Part:BBa_K2387054

mRFP controlled by inducible araC/pBAD promoter

mRFP is a red monomeric fluorescent protein. In this composite, its expression is regulated by the araC/pBad promoter and by a strong RBS. mRFP presents a maximum pick of excitation at 584 nm and a maximum pick of emission at 607 nm. mRFP was engineered from DsRed to grant it a monomeric conformation.

Sequence and Features

Assembly Compatibility:

10
COMPATIBLE WITH RFC[10]
12
INCOMPATIBLE WITH RFC[12]
Illegal NheI site found at 1205
21
INCOMPATIBLE WITH RFC[21]
Illegal BamHI site found at 1144
23
COMPATIBLE WITH RFC[23]
25
INCOMPATIBLE WITH RFC[25]
Illegal AgeI site found at 979
Illegal AgeI site found at 1793
Illegal AgeI site found at 1905
1000
INCOMPATIBLE WITH RFC[1000]
Illegal SapI site found at 961

Functional Parameters

In order to test the functionality of this protein under the araC/pBad promoter, the absorbance and the fluorescence spectra were measured after induction with 0.02% arabinose (Figure 1).

Figure 1: Absorbance and fluorescence spectra of mRFP, measured after induction with 0.02% arabinose.

This protein is part of a collection of split proteins developed for BiFC analysis and tested with the CpxR system (BBa_K2387032). These proteins were characterized through multiple experiments using as interacting proteins antiparallel synthetic leucine zippers. The proteins of this collection are the ones found in Table 1.

Table 1: Split Proteins.
Protein	Part Number (Full length)	Part Number (Split Protein)
mRFP	BBa_K2387054	BBa_K2387055
eYFP	BBa_K2387003	BBa_K2387065
mVenus	BBa_K2387045	BBa_K2387046
sfGFP	BBa_K2387047	BBa_K2387048
mCerulean	BBa_K2387052	BBa_K2387053

For comparing our split fluorescent proteins, the first factor we determined was a comparison between the performance of split fluorescent proteins versus the full length versions. For this test, we grew E. coli expressing split and full length fluorescent proteins in M9 minimal medium while measuring at the same time the evolution of fluorescence. The relative fluorescence of the split fluorescent proteins in relation to the full length proteins was calculated comparing the maximum values of fluorescence (Figure 2).

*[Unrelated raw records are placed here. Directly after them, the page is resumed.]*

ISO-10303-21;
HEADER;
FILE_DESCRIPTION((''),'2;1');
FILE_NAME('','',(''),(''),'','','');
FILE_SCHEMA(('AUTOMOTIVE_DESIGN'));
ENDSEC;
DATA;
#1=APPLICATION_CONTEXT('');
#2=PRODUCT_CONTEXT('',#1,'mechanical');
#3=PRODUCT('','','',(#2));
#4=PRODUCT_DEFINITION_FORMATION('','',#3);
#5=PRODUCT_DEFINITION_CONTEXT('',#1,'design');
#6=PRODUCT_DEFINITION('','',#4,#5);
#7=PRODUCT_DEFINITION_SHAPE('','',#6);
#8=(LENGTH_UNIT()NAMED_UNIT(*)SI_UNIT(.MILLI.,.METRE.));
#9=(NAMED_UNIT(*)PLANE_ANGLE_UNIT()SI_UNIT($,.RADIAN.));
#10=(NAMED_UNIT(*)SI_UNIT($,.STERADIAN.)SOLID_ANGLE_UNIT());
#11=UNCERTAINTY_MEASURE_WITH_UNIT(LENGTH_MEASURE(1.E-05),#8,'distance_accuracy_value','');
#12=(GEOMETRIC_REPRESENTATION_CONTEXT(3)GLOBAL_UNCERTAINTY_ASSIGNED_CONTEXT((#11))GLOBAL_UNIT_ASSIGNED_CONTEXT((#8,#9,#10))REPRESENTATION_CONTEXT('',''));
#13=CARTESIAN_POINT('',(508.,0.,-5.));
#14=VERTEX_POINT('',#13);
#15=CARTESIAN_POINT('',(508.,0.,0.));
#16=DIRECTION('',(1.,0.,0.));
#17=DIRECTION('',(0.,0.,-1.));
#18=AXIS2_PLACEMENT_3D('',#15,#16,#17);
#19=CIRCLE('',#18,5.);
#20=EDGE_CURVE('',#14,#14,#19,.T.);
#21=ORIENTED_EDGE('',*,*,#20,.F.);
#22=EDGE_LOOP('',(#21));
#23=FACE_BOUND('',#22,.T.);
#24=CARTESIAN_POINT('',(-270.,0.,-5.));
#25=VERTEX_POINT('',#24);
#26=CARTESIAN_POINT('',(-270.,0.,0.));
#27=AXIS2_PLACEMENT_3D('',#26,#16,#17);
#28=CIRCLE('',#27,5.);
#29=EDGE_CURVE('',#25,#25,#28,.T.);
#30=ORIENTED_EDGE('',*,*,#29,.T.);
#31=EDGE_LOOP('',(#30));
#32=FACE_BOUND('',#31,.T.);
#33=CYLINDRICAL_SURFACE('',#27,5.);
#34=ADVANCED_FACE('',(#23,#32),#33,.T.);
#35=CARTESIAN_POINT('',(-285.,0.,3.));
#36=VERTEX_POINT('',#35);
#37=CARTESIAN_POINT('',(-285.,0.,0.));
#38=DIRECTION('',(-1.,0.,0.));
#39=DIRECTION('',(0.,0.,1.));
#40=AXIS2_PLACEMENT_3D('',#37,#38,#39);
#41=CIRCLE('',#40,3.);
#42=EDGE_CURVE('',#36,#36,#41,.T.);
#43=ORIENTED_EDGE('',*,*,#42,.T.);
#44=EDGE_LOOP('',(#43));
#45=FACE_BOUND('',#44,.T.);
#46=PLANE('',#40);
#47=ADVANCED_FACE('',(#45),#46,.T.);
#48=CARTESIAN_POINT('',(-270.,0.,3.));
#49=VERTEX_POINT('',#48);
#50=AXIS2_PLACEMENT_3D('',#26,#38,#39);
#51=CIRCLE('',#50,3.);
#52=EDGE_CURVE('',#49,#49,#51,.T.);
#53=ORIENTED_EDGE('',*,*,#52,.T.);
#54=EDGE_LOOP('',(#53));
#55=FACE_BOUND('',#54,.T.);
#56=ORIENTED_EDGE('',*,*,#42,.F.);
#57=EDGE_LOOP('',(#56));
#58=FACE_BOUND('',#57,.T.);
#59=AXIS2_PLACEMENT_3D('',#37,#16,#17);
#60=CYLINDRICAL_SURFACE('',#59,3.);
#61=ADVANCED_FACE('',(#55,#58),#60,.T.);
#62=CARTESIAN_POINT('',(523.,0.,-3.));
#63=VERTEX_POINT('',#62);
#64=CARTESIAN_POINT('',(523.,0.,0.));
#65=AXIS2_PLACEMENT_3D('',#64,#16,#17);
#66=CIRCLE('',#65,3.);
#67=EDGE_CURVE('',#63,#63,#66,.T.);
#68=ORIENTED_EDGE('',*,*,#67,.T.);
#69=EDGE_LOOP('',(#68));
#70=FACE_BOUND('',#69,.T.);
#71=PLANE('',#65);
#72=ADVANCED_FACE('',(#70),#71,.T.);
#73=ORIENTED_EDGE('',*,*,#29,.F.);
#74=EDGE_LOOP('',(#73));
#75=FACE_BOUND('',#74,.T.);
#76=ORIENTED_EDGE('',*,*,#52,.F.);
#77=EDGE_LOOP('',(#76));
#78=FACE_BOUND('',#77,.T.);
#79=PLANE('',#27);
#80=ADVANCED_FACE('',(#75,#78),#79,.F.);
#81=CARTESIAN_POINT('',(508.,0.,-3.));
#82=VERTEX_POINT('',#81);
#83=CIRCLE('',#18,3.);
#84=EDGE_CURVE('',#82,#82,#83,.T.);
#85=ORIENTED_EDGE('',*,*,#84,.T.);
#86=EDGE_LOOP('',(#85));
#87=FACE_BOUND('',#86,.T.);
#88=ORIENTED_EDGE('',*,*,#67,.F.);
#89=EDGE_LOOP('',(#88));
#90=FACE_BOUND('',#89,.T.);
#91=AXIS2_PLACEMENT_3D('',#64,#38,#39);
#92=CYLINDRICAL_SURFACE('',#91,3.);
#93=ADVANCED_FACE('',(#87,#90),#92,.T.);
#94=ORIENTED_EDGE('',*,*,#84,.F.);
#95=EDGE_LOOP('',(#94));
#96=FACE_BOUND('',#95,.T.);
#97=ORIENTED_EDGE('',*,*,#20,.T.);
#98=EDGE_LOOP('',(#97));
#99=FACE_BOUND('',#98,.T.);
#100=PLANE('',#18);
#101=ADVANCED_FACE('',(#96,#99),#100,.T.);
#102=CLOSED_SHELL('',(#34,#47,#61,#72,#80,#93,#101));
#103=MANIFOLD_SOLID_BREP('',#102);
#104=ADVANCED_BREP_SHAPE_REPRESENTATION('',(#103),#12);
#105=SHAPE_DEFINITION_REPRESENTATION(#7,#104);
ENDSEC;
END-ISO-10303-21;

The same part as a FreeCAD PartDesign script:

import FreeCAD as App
import Part
import Sketcher

V = App.Vector
Q = App.Units.Quantity

doc = App.newDocument("Part")
body = doc.addObject("PartDesign::Body", "Body")

sketch1 = body.newObject("Sketcher::SketchObject", "Sketch")
sketch1.AttachmentSupport = (doc.getObject("YZ_Plane"), [""])
sketch1.MapMode = "FlatFace"
sketch1.addGeometry(Part.Circle(V(0, 0, 0), V(0, 0, 1), 5), False)
sketch1.addConstraint([
    Sketcher.Constraint("Coincident", 0, 3, -1, 1),
    Sketcher.Constraint("Diameter", 0, Q("10 mm")),
])
pad1 = body.newObject("PartDesign::Pad", "Pad")
pad1.Profile = sketch1
pad1.Type = "TwoLengths"
pad1.Length = 508
pad1.Length2 = 270

sketch2 = body.newObject("Sketcher::SketchObject", "Sketch001")
sketch2.AttachmentSupport = (doc.getObject("YZ_Plane"), [""])
sketch2.MapMode = "FlatFace"
sketch2.AttachmentOffset = App.Placement(V(0, 0, -270), App.Rotation())
sketch2.addGeometry(Part.Circle(V(0, 0, 0), V(0, 0, 1), 3), False)
sketch2.addConstraint([
    Sketcher.Constraint("Coincident", 0, 3, -1, 1),
    Sketcher.Constraint("Diameter", 0, Q("6 mm")),
])
pad2 = body.newObject("PartDesign::Pad", "Pad001")
pad2.Profile = sketch2
pad2.Length = 15
pad2.Reversed = True

sketch3 = body.newObject("Sketcher::SketchObject", "Sketch002")
sketch3.AttachmentSupport = (doc.getObject("YZ_Plane"), [""])
sketch3.MapMode = "FlatFace"
sketch3.AttachmentOffset = App.Placement(V(0, 0, 523), App.Rotation())
sketch3.addGeometry(Part.Circle(V(0, 0, 0), V(0, 0, 1), 3), False)
sketch3.addConstraint([
    Sketcher.Constraint("Coincident", 0, 3, -1, 1),
    Sketcher.Constraint("Diameter", 0, Q("6 mm")),
])
pad3 = body.newObject("PartDesign::Pad", "Pad002")
pad3.Profile = sketch3
pad3.Length = 15
pad3.Reversed = True

doc.recompute()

Figure 2: Graph showing the relative fluorescence of the split fluorescent protein in comparison to their full length versions.

As can be observed, split mVenus and split sfGFP excel in comparison to the other proteins, showing that the reassembly of the split portions of these proteins is more efficient than for other ones.

Another parameter we measured to choose the best reporter was the Quantum Yields (QY) of the split fluorescent proteins, which relates the light absorbed and the emitted fluorescence. Therefore, the QY can be used as an estimation for the brightness of the fluorescent proteins. The QY must be calculated in comparison to a reference using the same wavelength for excitation. The full proteins were used as standards for the split proteins, as their QY has already been calculated previously. The calculated QY can be found in Table 2.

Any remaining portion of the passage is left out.